Whatever stresses you might have in your life – from work, relationships or family – it can show on your face and at times like these, that state is of course heightened. “A lot happens to our bodies when we are stressed,” says the education expert for Foreo, Chris Luckham. “On a skin level, our body actually increases its oil production which can lead to more dilated and swollen pores and breakouts.”
Dr Nathalie Broussard, Shiseido’s scientific communications director agrees, citing a 2018 study carried out by the Japan Aerospace Exploration Agency. It found that “stress and anxiety had visible effects on the skin including decreased barrier function, increased sebum production and an increased inflammation factor. Consequently, the skin had trouble retaining moisture and became dehydrated. It was more fragile, making it extra sensitive to excess sebum too.”
Diet and alcohol
“A bad diet can cause issues in the gut and result in unwanted breakouts,” says the skincare expert and No7 ambassador Michaella Bolder, “while alcohol can trigger them due to the high sugar intake.”
A hangover will also dehydrate the skin, leading to the production of more oil to compensate, so your complexion is more likely to become congested.
While we should all focus on not touching our faces right now, it’s easier said than done. Inadequate working-from home conditions, especially where you don’t have a proper desk or monitor, can exacerbate the problem as you can find yourself leaning your head on your hands.

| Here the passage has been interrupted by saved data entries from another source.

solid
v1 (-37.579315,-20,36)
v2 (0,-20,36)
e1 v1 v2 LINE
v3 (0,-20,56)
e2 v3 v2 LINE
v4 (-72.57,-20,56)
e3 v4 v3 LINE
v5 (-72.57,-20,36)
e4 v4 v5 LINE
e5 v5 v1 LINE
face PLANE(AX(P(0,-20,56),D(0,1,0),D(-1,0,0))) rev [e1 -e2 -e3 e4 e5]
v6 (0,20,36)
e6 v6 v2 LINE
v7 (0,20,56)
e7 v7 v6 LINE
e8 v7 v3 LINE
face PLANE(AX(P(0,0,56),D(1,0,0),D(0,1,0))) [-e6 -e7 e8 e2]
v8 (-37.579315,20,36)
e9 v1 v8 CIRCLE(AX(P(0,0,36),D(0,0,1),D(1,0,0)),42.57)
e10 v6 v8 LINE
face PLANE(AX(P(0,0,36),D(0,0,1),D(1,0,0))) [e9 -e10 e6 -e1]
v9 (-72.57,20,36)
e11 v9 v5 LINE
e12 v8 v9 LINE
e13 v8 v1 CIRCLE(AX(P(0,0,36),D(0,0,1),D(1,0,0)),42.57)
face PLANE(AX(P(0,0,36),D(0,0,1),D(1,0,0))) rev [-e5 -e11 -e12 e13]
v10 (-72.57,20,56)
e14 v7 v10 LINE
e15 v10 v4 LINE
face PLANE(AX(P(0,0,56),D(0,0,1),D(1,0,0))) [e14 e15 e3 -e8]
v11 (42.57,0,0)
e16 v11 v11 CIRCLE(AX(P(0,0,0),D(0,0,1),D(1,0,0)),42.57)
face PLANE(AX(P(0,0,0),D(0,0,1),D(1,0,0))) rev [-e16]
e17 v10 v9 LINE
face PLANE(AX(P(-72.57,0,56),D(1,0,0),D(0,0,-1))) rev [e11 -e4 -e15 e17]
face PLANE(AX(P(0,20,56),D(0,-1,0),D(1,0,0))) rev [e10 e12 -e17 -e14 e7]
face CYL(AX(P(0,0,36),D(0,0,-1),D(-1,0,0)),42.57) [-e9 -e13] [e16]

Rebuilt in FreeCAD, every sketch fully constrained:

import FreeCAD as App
import Part
import Sketcher

V = App.Vector
Q = App.Units.Quantity


def add_polygon(sketch, points):
    """Adds a closed chain of lines whose ends are joined by coincident constraints."""
    first, n = sketch.GeometryCount, len(points)
    for a, b in zip(points, points[1:] + points[:1]):
        sketch.addGeometry(Part.LineSegment(App.Vector(*a, 0), App.Vector(*b, 0)), False)
    for i in range(n):
        sketch.addConstraint(Sketcher.Constraint("Coincident", first + i, 2, first + (i + 1) % n, 1))

doc = App.newDocument("Part")
body = doc.addObject("PartDesign::Body", "Body")

sketch1 = body.newObject("Sketcher::SketchObject", "Sketch")
sketch1.AttachmentSupport = (doc.getObject("XY_Plane"), [""])
sketch1.MapMode = "FlatFace"
sketch1.addGeometry(Part.Circle(V(0, 0, 0), V(0, 0, 1), 42.57), False)
sketch1.addConstraint([
    Sketcher.Constraint("Coincident", 0, 3, -1, 1),
    Sketcher.Constraint("Diameter", 0, Q("85.14 mm")),
])
pad1 = body.newObject("PartDesign::Pad", "Pad")
pad1.Profile = sketch1
pad1.Length = 36

sketch2 = body.newObject("Sketcher::SketchObject", "Sketch001")
sketch2.AttachmentSupport = (doc.getObject("XY_Plane"), [""])
sketch2.MapMode = "FlatFace"
sketch2.AttachmentOffset = App.Placement(V(0, 0, 36), App.Rotation())
add_polygon(sketch2, [(-72.57, 20), (-72.57, -20), (0, -20), (0, 20)])
sketch2.addConstraint([
    Sketcher.Constraint("Vertical", 0),
    Sketcher.Constraint("Horizontal", 1),
    Sketcher.Constraint("Vertical", 2),
    Sketcher.Constraint("Horizontal", 3),
    Sketcher.Constraint("Symmetric", 1, 2, 2, 2, -1, 1),
    Sketcher.Constraint("DistanceY", 0, 2, 0, 1, Q("40 mm")),
    Sketcher.Constraint("DistanceX", 1, 1, 1, 2, Q("72.57 mm")),
])
pad2 = body.newObject("PartDesign::Pad", "Pad001")
pad2.Profile = sketch2
pad2.Length = 20

doc.recompute()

“When we touch our face, it’s usually in one position until the arm or wrist gets sore, so we move to another, touching another area of the face,” says the education expert for Foreo, Chris Luckham. Unfortunately, “hands are the best transporter for acne bacteria. We mostly notice breakouts along the jaw or temples for this reason.”
The link between pollution and skin complaints is widely documented, with premature ageing as well as breakouts the dreaded result. Unfortunately, while we might think we are safe indoors, Dr Broussard warns that isn’t strictly true.

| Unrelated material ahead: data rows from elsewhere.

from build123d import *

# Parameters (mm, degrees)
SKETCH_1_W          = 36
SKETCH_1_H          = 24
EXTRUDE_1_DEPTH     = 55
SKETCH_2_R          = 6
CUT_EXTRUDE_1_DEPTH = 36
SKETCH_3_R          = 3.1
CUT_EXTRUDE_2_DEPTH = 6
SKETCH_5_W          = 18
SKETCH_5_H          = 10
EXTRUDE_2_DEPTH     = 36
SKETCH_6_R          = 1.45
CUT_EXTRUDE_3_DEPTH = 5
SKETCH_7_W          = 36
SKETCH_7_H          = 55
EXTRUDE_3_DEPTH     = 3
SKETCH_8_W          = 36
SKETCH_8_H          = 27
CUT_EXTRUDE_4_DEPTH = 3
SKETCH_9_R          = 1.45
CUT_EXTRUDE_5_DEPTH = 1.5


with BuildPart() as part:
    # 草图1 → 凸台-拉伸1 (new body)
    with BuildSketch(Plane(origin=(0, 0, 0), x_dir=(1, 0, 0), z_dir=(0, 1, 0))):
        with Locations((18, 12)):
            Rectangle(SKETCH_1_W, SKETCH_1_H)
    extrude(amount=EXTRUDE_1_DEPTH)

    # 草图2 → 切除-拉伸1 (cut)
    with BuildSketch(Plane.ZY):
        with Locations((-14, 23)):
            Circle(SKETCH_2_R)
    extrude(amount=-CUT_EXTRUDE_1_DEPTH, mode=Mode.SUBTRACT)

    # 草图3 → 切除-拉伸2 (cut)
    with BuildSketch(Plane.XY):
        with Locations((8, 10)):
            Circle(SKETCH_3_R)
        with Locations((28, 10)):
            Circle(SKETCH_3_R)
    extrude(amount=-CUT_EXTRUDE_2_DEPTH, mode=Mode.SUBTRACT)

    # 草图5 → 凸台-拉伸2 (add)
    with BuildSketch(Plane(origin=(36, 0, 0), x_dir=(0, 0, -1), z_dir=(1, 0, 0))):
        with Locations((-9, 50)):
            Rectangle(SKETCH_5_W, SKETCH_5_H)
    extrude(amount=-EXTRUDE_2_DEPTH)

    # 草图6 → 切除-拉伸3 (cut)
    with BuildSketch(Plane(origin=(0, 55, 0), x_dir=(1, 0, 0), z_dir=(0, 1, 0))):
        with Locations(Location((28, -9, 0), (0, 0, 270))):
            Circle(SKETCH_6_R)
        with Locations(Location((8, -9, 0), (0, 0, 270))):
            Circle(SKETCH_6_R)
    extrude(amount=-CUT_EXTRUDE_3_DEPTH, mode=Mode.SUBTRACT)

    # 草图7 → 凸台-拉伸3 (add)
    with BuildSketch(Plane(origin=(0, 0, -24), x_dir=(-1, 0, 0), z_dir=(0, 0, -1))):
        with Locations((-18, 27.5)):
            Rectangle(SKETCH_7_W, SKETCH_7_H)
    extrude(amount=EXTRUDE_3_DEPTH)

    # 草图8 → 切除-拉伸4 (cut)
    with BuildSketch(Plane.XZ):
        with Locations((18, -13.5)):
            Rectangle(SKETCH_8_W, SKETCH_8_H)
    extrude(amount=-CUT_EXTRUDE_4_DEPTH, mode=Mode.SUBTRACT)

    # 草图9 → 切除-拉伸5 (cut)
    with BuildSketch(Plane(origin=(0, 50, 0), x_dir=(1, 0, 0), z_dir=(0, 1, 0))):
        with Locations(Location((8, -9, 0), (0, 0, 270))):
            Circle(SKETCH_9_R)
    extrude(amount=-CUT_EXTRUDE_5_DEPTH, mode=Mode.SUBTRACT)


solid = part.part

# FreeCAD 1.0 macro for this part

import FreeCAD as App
import Part
import Sketcher

V = App.Vector
Q = App.Units.Quantity


def add_polygon(sketch, points):
    """Adds a closed chain of lines whose ends are joined by coincident constraints."""
    first, n = sketch.GeometryCount, len(points)
    for a, b in zip(points, points[1:] + points[:1]):
        sketch.addGeometry(Part.LineSegment(App.Vector(*a, 0), App.Vector(*b, 0)), False)
    for i in range(n):
        sketch.addConstraint(Sketcher.Constraint("Coincident", first + i, 2, first + (i + 1) % n, 1))

doc = App.newDocument("Part")
body = doc.addObject("PartDesign::Body", "Body")

sketch1 = doc.addObject("Sketcher::SketchObject", "Sketch")
body.addObject(sketch1)
sketch1.AttachmentSupport = (doc.XZ_Plane, [""])
sketch1.MapMode = "FlatFace"
add_polygon(sketch1, [(0, -24), (0, 0), (36, 0), (36, -24)])
sketch1.addConstraint([
    Sketcher.Constraint("Vertical", 0),
    Sketcher.Constraint("Horizontal", 1),
    Sketcher.Constraint("Vertical", 2),
    Sketcher.Constraint("Horizontal", 3),
    Sketcher.Constraint("Coincident", 0, 2, -1, 1),
    Sketcher.Constraint("DistanceX", 1, 1, 1, 2, Q("36 mm")),
    Sketcher.Constraint("DistanceY", 0, 1, 0, 2, Q("24 mm")),
])
pad1 = doc.addObject("PartDesign::Pad", "Pad")
body.addObject(pad1)
pad1.Profile = sketch1
pad1.Length = 55
pad1.Reversed = True

sketch2 = doc.addObject("Sketcher::SketchObject", "Sketch001")
body.addObject(sketch2)
sketch2.AttachmentSupport = (doc.YZ_Plane, [""])
sketch2.MapMode = "FlatFace"
sketch2.addGeometry(Part.Circle(V(23, -14, 0), V(0, 0, 1), 6), False)
sketch2.addConstraint([
    Sketcher.Constraint("Diameter", 0, Q("12 mm")),
    Sketcher.Constraint("DistanceX", -1, 1, 0, 3, Q("23 mm")),
    Sketcher.Constraint("DistanceY", 0, 3, -1, 1, Q("14 mm")),
])
pocket1 = doc.addObject("PartDesign::Pocket", "Pocket")
body.addObject(pocket1)
pocket1.Profile = sketch2
pocket1.Length = 36
pocket1.Reversed = True

sketch3 = doc.addObject("Sketcher::SketchObject", "Sketch002")
body.addObject(sketch3)
sketch3.AttachmentSupport = (doc.XY_Plane, [""])
sketch3.MapMode = "FlatFace"
sketch3.addGeometry([
    Part.Circle(V(8, 10, 0), V(0, 0, 1), 3.1),
    Part.Circle(V(28, 10, 0), V(0, 0, 1), 3.1),
], False)
sketch3.addConstraint([
    Sketcher.Constraint("Equal", 0, 1),
    Sketcher.Constraint("Horizontal", 0, 3, 1, 3),
    Sketcher.Constraint("Diameter", 0, Q("6.2 mm")),
    Sketcher.Constraint("DistanceX", -1, 1, 0, 3, Q("8 mm")),
    Sketcher.Constraint("DistanceY", -1, 1, 0, 3, Q("10 mm")),
    Sketcher.Constraint("DistanceX", -1, 1, 1, 3, Q("28 mm")),
])
pocket2 = doc.addObject("PartDesign::Pocket", "Pocket001")
body.addObject(pocket2)
pocket2.Profile = sketch3
pocket2.Length = 6

sketch4 = doc.addObject("Sketcher::SketchObject", "Sketch003")
body.addObject(sketch4)
sketch4.AttachmentSupport = (doc.YZ_Plane, [""])
sketch4.MapMode = "FlatFace"
sketch4.AttachmentOffset = App.Placement(V(0, 0, 36), App.Rotation())
add_polygon(sketch4, [(55, 18), (45, 18), (45, 0), (55, 0)])
sketch4.addConstraint([
    Sketcher.Constraint("Horizontal", 0),
    Sketcher.Constraint("Vertical", 1),
    Sketcher.Constraint("Horizontal", 2),
    Sketcher.Constraint("Vertical", 3),
    Sketcher.Constraint("PointOnObject", 1, 2, -1),
    Sketcher.Constraint("DistanceX", 0, 2, 0, 1, Q("10 mm")),
    Sketcher.Constraint("DistanceY", 1, 2, 1, 1, Q("18 mm")),
    Sketcher.Constraint("DistanceX", -1, 1, 0, 2, Q("45 mm")),
])
pad2 = doc.addObject("PartDesign::Pad", "Pad001")
body.addObject(pad2)
pad2.Profile = sketch4
pad2.Length = 36
pad2.Reversed = True

sketch5 = doc.addObject("Sketcher::SketchObject", "Sketch004")
body.addObject(sketch5)
sketch5.AttachmentSupport = (doc.XZ_Plane, [""])
sketch5.MapMode = "FlatFace"
sketch5.AttachmentOffset = App.Placement(V(0, 0, -55), App.Rotation())
sketch5.addGeometry([
    Part.Circle(V(28, 9, 0), V(0, 0, 1), 1.4),
    Part.Circle(V(8, 9, 0), V(0, 0, 1), 1.4),
], False)
sketch5.addConstraint([
    Sketcher.Constraint("Equal", 0, 1),
    Sketcher.Constraint("Horizontal", 0, 3, 1, 3),
    Sketcher.Constraint("Diameter", 0, Q("2.9 mm")),
    Sketcher.Constraint("DistanceX", -1, 1, 0, 3, Q("28 mm")),
    Sketcher.Constraint("DistanceY", -1, 1, 0, 3, Q("9 mm")),
    Sketcher.Constraint("DistanceX", -1, 1, 1, 3, Q("8 mm")),
])
pocket3 = doc.addObject("PartDesign::Pocket", "Pocket002")
body.addObject(pocket3)
pocket3.Profile = sketch5
pocket3.Length = 5
pocket3.Reversed = True

sketch6 = doc.addObject("Sketcher::SketchObject", "Sketch005")
body.addObject(sketch6)
sketch6.AttachmentSupport = (doc.XY_Plane, [""])
sketch6.MapMode = "FlatFace"
sketch6.AttachmentOffset = App.Placement(V(0, 0, -24), App.Rotation())
add_polygon(sketch6, [(36, 55), (36, 0), (0, 0), (0, 55)])
sketch6.addConstraint([
    Sketcher.Constraint("Vertical", 0),
    Sketcher.Constraint("Horizontal", 1),
    Sketcher.Constraint("Vertical", 2),
    Sketcher.Constraint("Horizontal", 3),
    Sketcher.Constraint("Coincident", 1, 2, -1, 1),
    Sketcher.Constraint("DistanceX", 1, 2, 1, 1, Q("36 mm")),
    Sketcher.Constraint("DistanceY", 0, 2, 0, 1, Q("55 mm")),
])
pad3 = doc.addObject("PartDesign::Pad", "Pad002")
body.addObject(pad3)
pad3.Profile = sketch6
pad3.Length = 3
pad3.Reversed = True

sketch7 = doc.addObject("Sketcher::SketchObject", "Sketch006")
body.addObject(sketch7)
sketch7.AttachmentSupport = (doc.XZ_Plane, [""])
sketch7.MapMode = "FlatFace"
add_polygon(sketch7, [(0, 0), (0, -27), (36, -27), (36, 0)])
sketch7.addConstraint([
    Sketcher.Constraint("Vertical", 0),
    Sketcher.Constraint("Horizontal", 1),
    Sketcher.Constraint("Vertical", 2),
    Sketcher.Constraint("Horizontal", 3),
    Sketcher.Constraint("Coincident", 3, 2, -1, 1),
    Sketcher.Constraint("DistanceX", 1, 1, 1, 2, Q("36 mm")),
    Sketcher.Constraint("DistanceY", 0, 2, 0, 1, Q("27 mm")),
])
pocket4 = doc.addObject("PartDesign::Pocket", "Pocket003")
body.addObject(pocket4)
pocket4.Profile = sketch7
pocket4.Length = 3

sketch8 = doc.addObject("Sketcher::SketchObject", "Sketch007")
body.addObject(sketch8)
sketch8.AttachmentSupport = (doc.XZ_Plane, [""])
sketch8.MapMode = "FlatFace"
sketch8.AttachmentOffset = App.Placement(V(0, 0, -50), App.Rotation())
sketch8.addGeometry(Part.Circle(V(8, 9, 0), V(0, 0, 1), 1.4), False)
sketch8.addConstraint([
    Sketcher.Constraint("Diameter", 0, Q("2.9 mm")),
    Sketcher.Constraint("DistanceX", -1, 1, 0, 3, Q("8 mm")),
    Sketcher.Constraint("DistanceY", -1, 1, 0, 3, Q("9 mm")),
])
pocket5 = doc.addObject("PartDesign::Pocket", "Pocket004")
body.addObject(pocket5)
pocket5.Profile = sketch8
pocket5.Length = 1.5
pocket5.Reversed = True

doc.recompute()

“Just because we’re inside all day doesn’t mean our skin is protected. Of course, it’s spared many of the usual aggressions like UV rays and pollution, but lockdown takes a toll on our skin through the dry heat from our heating systems and the numerous indoor pollutants, especially from cooking. Time spent in the kitchen exposes the skin to volatile particles which oxidise tissue and increase the skin’s level of inflammation.”